Saved entries
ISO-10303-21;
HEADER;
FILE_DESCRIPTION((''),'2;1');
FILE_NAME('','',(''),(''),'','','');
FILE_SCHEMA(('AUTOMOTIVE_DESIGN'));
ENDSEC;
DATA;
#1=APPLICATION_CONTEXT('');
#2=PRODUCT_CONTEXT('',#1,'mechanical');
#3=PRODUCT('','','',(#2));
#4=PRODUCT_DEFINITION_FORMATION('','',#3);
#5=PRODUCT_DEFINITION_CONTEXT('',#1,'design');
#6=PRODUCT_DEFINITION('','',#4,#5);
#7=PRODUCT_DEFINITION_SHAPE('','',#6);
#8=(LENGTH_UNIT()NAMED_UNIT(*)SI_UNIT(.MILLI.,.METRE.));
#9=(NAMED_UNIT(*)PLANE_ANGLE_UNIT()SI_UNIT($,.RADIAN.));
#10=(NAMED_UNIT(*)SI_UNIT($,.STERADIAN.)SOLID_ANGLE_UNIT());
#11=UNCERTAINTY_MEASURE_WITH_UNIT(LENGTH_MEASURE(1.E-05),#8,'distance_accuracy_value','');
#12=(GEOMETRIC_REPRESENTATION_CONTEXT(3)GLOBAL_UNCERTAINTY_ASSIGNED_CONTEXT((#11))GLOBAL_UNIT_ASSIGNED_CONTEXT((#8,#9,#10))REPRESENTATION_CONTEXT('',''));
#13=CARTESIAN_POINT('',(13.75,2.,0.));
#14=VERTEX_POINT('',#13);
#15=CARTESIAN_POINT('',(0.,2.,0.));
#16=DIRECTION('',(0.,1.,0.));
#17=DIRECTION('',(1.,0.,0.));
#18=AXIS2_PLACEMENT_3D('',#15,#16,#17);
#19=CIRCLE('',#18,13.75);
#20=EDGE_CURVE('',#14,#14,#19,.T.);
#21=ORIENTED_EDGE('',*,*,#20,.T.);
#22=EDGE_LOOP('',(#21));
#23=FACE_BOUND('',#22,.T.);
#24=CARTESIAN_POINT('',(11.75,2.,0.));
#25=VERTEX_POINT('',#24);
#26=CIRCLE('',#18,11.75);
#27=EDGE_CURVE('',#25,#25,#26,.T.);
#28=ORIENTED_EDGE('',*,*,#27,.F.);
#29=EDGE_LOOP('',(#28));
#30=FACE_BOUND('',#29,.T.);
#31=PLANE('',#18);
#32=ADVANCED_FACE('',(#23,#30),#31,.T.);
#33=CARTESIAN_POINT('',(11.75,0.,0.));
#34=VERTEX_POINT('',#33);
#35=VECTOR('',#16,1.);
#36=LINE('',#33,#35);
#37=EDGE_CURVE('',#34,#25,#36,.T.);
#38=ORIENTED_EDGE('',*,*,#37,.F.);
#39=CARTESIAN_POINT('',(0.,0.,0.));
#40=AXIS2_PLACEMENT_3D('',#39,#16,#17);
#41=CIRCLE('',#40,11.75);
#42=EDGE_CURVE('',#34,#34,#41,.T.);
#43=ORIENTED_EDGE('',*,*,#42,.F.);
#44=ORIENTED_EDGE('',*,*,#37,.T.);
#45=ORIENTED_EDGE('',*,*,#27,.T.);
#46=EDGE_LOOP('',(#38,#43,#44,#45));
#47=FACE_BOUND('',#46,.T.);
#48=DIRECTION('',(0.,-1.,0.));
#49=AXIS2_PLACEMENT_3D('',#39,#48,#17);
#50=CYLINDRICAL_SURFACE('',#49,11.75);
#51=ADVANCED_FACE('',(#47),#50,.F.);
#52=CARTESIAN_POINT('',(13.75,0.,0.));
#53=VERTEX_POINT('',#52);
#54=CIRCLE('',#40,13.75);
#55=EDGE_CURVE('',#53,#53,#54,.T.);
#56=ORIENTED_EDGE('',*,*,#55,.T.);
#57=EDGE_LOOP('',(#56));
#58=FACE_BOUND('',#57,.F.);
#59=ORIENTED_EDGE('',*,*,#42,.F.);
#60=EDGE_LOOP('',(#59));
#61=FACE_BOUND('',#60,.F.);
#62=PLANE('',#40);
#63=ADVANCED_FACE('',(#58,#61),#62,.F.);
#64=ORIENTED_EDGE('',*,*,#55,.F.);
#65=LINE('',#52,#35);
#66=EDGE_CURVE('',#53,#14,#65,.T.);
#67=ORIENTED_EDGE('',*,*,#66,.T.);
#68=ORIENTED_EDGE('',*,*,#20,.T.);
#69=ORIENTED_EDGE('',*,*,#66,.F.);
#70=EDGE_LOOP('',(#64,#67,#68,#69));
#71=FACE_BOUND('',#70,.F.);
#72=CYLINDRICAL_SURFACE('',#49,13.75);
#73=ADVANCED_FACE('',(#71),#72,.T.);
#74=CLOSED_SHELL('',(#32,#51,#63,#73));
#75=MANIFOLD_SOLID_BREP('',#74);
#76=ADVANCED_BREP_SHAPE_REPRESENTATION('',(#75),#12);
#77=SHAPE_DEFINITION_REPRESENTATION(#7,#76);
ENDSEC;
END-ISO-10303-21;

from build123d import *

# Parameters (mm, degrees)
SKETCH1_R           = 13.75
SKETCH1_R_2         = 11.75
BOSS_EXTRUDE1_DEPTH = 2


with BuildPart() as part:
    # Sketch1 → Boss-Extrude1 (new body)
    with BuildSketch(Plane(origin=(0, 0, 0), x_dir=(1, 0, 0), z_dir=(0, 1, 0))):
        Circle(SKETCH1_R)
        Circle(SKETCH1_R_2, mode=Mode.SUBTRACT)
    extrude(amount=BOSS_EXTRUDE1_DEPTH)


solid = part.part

--

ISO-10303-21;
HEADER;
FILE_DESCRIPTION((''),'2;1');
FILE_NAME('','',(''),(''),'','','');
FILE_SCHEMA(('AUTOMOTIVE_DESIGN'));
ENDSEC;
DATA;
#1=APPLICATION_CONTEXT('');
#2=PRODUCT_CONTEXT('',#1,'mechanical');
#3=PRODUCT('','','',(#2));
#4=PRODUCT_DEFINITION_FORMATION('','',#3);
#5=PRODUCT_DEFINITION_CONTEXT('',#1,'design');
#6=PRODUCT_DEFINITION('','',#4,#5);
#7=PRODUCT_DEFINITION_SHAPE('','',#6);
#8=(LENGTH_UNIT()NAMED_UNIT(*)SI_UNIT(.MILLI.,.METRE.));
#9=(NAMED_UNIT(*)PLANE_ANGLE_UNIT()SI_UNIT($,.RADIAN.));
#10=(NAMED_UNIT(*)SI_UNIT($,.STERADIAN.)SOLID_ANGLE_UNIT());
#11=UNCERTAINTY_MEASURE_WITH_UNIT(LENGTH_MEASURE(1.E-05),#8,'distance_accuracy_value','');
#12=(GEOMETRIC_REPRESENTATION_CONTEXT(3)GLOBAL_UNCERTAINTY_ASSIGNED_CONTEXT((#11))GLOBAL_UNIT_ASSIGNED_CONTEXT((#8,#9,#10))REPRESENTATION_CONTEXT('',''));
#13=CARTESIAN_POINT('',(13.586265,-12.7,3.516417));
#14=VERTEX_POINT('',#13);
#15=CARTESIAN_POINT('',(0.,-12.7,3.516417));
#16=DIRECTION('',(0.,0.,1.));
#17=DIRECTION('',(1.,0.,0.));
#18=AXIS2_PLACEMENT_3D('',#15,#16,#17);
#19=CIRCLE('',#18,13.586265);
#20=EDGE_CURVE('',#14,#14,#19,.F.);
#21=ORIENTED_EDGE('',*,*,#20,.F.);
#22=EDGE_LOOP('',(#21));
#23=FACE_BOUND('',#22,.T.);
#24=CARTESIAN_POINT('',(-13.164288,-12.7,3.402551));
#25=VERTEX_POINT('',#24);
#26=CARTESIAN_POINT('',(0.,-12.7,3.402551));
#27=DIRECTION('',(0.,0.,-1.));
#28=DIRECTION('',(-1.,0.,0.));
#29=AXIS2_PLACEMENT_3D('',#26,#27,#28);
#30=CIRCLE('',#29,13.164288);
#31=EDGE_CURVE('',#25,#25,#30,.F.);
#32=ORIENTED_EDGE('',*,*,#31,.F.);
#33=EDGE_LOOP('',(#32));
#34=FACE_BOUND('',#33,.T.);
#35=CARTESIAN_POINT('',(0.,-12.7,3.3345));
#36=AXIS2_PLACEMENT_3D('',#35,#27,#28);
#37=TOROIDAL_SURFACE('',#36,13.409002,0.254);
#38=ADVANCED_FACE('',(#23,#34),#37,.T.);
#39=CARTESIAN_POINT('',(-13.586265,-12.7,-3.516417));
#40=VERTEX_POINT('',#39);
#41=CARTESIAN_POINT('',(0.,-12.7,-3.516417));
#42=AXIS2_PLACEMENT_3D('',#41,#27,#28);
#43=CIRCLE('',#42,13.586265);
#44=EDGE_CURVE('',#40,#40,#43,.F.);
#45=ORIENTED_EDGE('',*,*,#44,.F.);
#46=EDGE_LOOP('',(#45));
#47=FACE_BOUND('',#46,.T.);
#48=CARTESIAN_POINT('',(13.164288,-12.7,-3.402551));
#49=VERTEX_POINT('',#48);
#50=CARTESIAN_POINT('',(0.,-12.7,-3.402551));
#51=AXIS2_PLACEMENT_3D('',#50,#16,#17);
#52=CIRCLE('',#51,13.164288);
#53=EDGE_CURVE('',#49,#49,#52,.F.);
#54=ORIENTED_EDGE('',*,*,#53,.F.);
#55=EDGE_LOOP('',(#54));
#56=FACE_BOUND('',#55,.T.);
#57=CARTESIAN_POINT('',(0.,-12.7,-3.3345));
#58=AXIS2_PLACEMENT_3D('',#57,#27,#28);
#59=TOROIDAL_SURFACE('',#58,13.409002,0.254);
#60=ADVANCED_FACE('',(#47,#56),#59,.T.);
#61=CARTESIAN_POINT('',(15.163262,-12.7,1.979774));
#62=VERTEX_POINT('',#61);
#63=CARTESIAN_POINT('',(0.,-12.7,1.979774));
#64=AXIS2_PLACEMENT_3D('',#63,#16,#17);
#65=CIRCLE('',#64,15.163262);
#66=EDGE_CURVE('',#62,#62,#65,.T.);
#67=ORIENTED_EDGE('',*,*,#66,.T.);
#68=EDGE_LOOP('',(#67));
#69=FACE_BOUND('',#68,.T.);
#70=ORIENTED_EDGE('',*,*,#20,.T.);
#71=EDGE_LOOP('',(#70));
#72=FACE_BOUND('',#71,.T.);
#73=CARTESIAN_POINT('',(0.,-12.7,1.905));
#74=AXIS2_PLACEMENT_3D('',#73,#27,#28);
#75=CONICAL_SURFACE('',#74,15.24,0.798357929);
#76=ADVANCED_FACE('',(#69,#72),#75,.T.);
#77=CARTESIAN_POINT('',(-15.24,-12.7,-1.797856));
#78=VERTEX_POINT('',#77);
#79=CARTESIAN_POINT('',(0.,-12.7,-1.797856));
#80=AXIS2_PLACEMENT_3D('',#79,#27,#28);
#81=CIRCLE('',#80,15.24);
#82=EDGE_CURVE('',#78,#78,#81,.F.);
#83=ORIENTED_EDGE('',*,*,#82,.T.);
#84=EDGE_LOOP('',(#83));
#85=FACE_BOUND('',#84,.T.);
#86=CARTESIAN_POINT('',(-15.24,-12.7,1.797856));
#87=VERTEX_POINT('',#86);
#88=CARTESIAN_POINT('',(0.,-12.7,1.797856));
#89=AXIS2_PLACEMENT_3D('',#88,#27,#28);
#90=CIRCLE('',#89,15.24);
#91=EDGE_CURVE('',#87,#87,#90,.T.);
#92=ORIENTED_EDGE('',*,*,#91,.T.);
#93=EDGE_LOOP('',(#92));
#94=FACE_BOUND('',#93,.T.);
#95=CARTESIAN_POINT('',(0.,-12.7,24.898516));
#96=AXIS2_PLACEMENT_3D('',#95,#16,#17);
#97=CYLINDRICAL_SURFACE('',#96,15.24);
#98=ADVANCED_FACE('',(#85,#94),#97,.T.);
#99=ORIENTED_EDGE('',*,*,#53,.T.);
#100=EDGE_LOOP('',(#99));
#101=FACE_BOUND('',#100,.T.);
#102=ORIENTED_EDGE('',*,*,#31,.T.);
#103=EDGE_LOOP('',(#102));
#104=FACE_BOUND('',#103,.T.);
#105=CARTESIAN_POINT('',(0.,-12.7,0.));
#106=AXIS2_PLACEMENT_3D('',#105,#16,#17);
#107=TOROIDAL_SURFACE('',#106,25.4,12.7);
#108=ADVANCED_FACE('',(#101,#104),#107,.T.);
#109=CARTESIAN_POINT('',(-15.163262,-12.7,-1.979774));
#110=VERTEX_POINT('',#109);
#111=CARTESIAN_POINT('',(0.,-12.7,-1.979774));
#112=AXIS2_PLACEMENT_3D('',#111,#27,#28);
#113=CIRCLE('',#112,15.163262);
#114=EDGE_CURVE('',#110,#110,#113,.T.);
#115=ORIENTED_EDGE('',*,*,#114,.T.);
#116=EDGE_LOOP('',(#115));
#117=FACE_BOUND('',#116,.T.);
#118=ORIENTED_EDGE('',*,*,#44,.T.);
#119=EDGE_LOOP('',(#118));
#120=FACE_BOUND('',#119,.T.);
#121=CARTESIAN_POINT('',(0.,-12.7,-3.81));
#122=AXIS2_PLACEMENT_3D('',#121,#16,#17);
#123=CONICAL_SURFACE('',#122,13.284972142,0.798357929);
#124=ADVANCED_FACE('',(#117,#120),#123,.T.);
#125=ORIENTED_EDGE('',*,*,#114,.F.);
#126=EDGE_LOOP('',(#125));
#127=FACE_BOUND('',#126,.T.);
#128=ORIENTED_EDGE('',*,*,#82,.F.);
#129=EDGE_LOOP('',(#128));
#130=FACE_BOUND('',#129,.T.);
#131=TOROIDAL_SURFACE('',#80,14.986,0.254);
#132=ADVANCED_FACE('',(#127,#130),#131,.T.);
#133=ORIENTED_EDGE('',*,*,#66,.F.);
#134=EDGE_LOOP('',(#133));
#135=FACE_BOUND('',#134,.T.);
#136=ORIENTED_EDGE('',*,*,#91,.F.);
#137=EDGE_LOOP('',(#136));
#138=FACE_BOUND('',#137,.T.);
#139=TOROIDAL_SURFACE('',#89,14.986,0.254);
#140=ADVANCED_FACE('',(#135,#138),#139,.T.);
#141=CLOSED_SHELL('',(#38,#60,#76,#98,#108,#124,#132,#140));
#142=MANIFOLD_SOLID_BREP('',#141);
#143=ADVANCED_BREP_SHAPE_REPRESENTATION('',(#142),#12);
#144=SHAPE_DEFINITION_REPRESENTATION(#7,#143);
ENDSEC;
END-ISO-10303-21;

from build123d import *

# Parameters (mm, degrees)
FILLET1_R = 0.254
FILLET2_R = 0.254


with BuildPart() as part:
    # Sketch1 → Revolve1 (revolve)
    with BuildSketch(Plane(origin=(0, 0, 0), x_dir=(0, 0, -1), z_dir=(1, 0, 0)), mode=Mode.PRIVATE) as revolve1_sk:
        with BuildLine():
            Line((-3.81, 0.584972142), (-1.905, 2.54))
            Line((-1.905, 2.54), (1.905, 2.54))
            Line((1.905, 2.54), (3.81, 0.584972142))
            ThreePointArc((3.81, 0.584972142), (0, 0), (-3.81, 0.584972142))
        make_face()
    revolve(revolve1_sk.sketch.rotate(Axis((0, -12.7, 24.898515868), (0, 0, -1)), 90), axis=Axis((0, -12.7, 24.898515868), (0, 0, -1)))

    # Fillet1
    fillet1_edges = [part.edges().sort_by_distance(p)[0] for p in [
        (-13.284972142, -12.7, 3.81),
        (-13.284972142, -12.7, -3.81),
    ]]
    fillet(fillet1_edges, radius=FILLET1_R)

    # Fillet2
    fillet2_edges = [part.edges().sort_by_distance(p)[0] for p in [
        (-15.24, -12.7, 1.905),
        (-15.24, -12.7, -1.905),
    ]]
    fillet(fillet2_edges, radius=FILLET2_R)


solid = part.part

_Task directions_
The required answer is the exact run of lines above starting at the line with "#89=AXIS2_PLACEMENT_3D('',#88,#27,#28);" and ending at the line with "#110=VERTEX_POINT('',#109);", with both ends present.

_Solution to the problem_
#89=AXIS2_PLACEMENT_3D('',#88,#27,#28);
#90=CIRCLE('',#89,15.24);
#91=EDGE_CURVE('',#87,#87,#90,.T.);
#92=ORIENTED_EDGE('',*,*,#91,.T.);
#93=EDGE_LOOP('',(#92));
#94=FACE_BOUND('',#93,.T.);
#95=CARTESIAN_POINT('',(0.,-12.7,24.898516));
#96=AXIS2_PLACEMENT_3D('',#95,#16,#17);
#97=CYLINDRICAL_SURFACE('',#96,15.24);
#98=ADVANCED_FACE('',(#85,#94),#97,.T.);
#99=ORIENTED_EDGE('',*,*,#53,.T.);
#100=EDGE_LOOP('',(#99));
#101=FACE_BOUND('',#100,.T.);
#102=ORIENTED_EDGE('',*,*,#31,.T.);
#103=EDGE_LOOP('',(#102));
#104=FACE_BOUND('',#103,.T.);
#105=CARTESIAN_POINT('',(0.,-12.7,0.));
#106=AXIS2_PLACEMENT_3D('',#105,#16,#17);
#107=TOROIDAL_SURFACE('',#106,25.4,12.7);
#108=ADVANCED_FACE('',(#101,#104),#107,.T.);
#109=CARTESIAN_POINT('',(-15.163262,-12.7,-1.979774));
#110=VERTEX_POINT('',#109);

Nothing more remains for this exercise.